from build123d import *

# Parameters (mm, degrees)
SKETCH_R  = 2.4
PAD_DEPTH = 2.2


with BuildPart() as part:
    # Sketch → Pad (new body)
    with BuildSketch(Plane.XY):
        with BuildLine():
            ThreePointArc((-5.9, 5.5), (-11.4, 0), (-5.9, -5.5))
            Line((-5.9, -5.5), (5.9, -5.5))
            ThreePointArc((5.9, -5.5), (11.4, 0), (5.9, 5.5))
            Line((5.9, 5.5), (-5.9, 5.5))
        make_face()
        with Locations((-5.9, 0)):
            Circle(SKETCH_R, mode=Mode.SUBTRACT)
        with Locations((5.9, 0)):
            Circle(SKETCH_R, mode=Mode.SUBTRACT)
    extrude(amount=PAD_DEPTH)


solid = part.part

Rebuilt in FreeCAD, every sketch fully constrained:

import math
import FreeCAD as App
import Part
import Sketcher
Q = App.Units.Quantity

doc = App.newDocument("Part")
params = doc.addObject("Spreadsheet::Sheet", "Params")
for row, (alias, value) in enumerate([
    ("sketch1_diameter", "4.8 mm"),
    ("sketch1_radius", "5.5 mm"),
    ("sketch1_width", "11.8 mm"),
    ("pad1_length", "2.2 mm"),
], start=1):
    params.set(f"A{row}", alias)
    params.set(f"B{row}", "=" + value)
    params.setAlias(f"B{row}", alias)

body = doc.addObject("PartDesign::Body", "Body")

sketch1 = body.newObject("Sketcher::SketchObject", "Sketch")
sketch1.AttachmentSupport = (doc.getObject("XY_Plane"), [""])
sketch1.MapMode = "FlatFace"
sketch1.addGeometry(Part.ArcOfCircle(Part.Circle(App.Vector(-5.9, 0, 0), App.Vector(0, 0, 1), 5.5), math.radians(90), math.radians(270)), False)
sketch1.addGeometry(Part.LineSegment(App.Vector(-5.9, -5.5, 0), App.Vector(5.9, -5.5, 0)), False)
sketch1.addGeometry(Part.ArcOfCircle(Part.Circle(App.Vector(5.9, 0, 0), App.Vector(0, 0, 1), 5.5), math.radians(-90), math.radians(90)), False)
sketch1.addGeometry(Part.LineSegment(App.Vector(5.9, 5.5, 0), App.Vector(-5.9, 5.5, 0)), False)
sketch1.addGeometry(Part.Circle(App.Vector(-5.9, 0, 0), App.Vector(0, 0, 1), 2.4), False)
sketch1.addGeometry(Part.Circle(App.Vector(5.9, 0, 0), App.Vector(0, 0, 1), 2.4), False)
sketch1.addConstraint(Sketcher.Constraint("Tangent", 0, 2, 1, 1))
sketch1.addConstraint(Sketcher.Constraint("Tangent", 1, 2, 2, 1))
sketch1.addConstraint(Sketcher.Constraint("Tangent", 2, 2, 3, 1))
sketch1.addConstraint(Sketcher.Constraint("Tangent", 3, 2, 0, 1))
sketch1.addConstraint(Sketcher.Constraint("Horizontal", 1))
sketch1.addConstraint(Sketcher.Constraint("Horizontal", 3))
sketch1.addConstraint(Sketcher.Constraint("Coincident", 4, 3, 0, 3))
sketch1.addConstraint(Sketcher.Constraint("Coincident", 5, 3, 2, 3))
sketch1.addConstraint(Sketcher.Constraint("Equal", 4, 5))
sketch1.addConstraint(Sketcher.Constraint("Symmetric", 0, 3, 2, 3, -1, 1))
sketch1.addConstraint(Sketcher.Constraint("Diameter", 4, Q("4.8 mm")))
sketch1.addConstraint(Sketcher.Constraint("Radius", 0, Q("5.5 mm")))
sketch1.addConstraint(Sketcher.Constraint("DistanceX", 1, 1, 1, 2, Q("11.8 mm")))
sketch1.setExpression("Constraints[10]", "Params.sketch1_diameter")
sketch1.setExpression("Constraints[11]", "Params.sketch1_radius")
sketch1.setExpression("Constraints[12]", "Params.sketch1_width")
pad1 = body.newObject("PartDesign::Pad", "Pad")
pad1.Profile = sketch1
pad1.setExpression("Length", "Params.pad1_length")

doc.recompute()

= YOUR TASK =
All lines in the listing above should be written out again exactly.

= RESULT =
from build123d import *

# Parameters (mm, degrees)
SKETCH_R  = 2.4
PAD_DEPTH = 2.2


with BuildPart() as part:
    # Sketch → Pad (new body)
    with BuildSketch(Plane.XY):
        with BuildLine():
            ThreePointArc((-5.9, 5.5), (-11.4, 0), (-5.9, -5.5))
            Line((-5.9, -5.5), (5.9, -5.5))
            ThreePointArc((5.9, -5.5), (11.4, 0), (5.9, 5.5))
            Line((5.9, 5.5), (-5.9, 5.5))
        make_face()
        with Locations((-5.9, 0)):
            Circle(SKETCH_R, mode=Mode.SUBTRACT)
        with Locations((5.9, 0)):
            Circle(SKETCH_R, mode=Mode.SUBTRACT)
    extrude(amount=PAD_DEPTH)


solid = part.part

Rebuilt in FreeCAD, every sketch fully constrained:

import math
import FreeCAD as App
import Part
import Sketcher
Q = App.Units.Quantity

doc = App.newDocument("Part")
params = doc.addObject("Spreadsheet::Sheet", "Params")
for row, (alias, value) in enumerate([
    ("sketch1_diameter", "4.8 mm"),
    ("sketch1_radius", "5.5 mm"),
    ("sketch1_width", "11.8 mm"),
    ("pad1_length", "2.2 mm"),
], start=1):
    params.set(f"A{row}", alias)
    params.set(f"B{row}", "=" + value)
    params.setAlias(f"B{row}", alias)

body = doc.addObject("PartDesign::Body", "Body")

sketch1 = body.newObject("Sketcher::SketchObject", "Sketch")
sketch1.AttachmentSupport = (doc.getObject("XY_Plane"), [""])
sketch1.MapMode = "FlatFace"
sketch1.addGeometry(Part.ArcOfCircle(Part.Circle(App.Vector(-5.9, 0, 0), App.Vector(0, 0, 1), 5.5), math.radians(90), math.radians(270)), False)
sketch1.addGeometry(Part.LineSegment(App.Vector(-5.9, -5.5, 0), App.Vector(5.9, -5.5, 0)), False)
sketch1.addGeometry(Part.ArcOfCircle(Part.Circle(App.Vector(5.9, 0, 0), App.Vector(0, 0, 1), 5.5), math.radians(-90), math.radians(90)), False)
sketch1.addGeometry(Part.LineSegment(App.Vector(5.9, 5.5, 0), App.Vector(-5.9, 5.5, 0)), False)
sketch1.addGeometry(Part.Circle(App.Vector(-5.9, 0, 0), App.Vector(0, 0, 1), 2.4), False)
sketch1.addGeometry(Part.Circle(App.Vector(5.9, 0, 0), App.Vector(0, 0, 1), 2.4), False)
sketch1.addConstraint(Sketcher.Constraint("Tangent", 0, 2, 1, 1))
sketch1.addConstraint(Sketcher.Constraint("Tangent", 1, 2, 2, 1))
sketch1.addConstraint(Sketcher.Constraint("Tangent", 2, 2, 3, 1))
sketch1.addConstraint(Sketcher.Constraint("Tangent", 3, 2, 0, 1))
sketch1.addConstraint(Sketcher.Constraint("Horizontal", 1))
sketch1.addConstraint(Sketcher.Constraint("Horizontal", 3))
sketch1.addConstraint(Sketcher.Constraint("Coincident", 4, 3, 0, 3))
sketch1.addConstraint(Sketcher.Constraint("Coincident", 5, 3, 2, 3))
sketch1.addConstraint(Sketcher.Constraint("Equal", 4, 5))
sketch1.addConstraint(Sketcher.Constraint("Symmetric", 0, 3, 2, 3, -1, 1))
sketch1.addConstraint(Sketcher.Constraint("Diameter", 4, Q("4.8 mm")))
sketch1.addConstraint(Sketcher.Constraint("Radius", 0, Q("5.5 mm")))
sketch1.addConstraint(Sketcher.Constraint("DistanceX", 1, 1, 1, 2, Q("11.8 mm")))
sketch1.setExpression("Constraints[10]", "Params.sketch1_diameter")
sketch1.setExpression("Constraints[11]", "Params.sketch1_radius")
sketch1.setExpression("Constraints[12]", "Params.sketch1_width")
pad1 = body.newObject("PartDesign::Pad", "Pad")
pad1.Profile = sketch1
pad1.setExpression("Length", "Params.pad1_length")

doc.recompute()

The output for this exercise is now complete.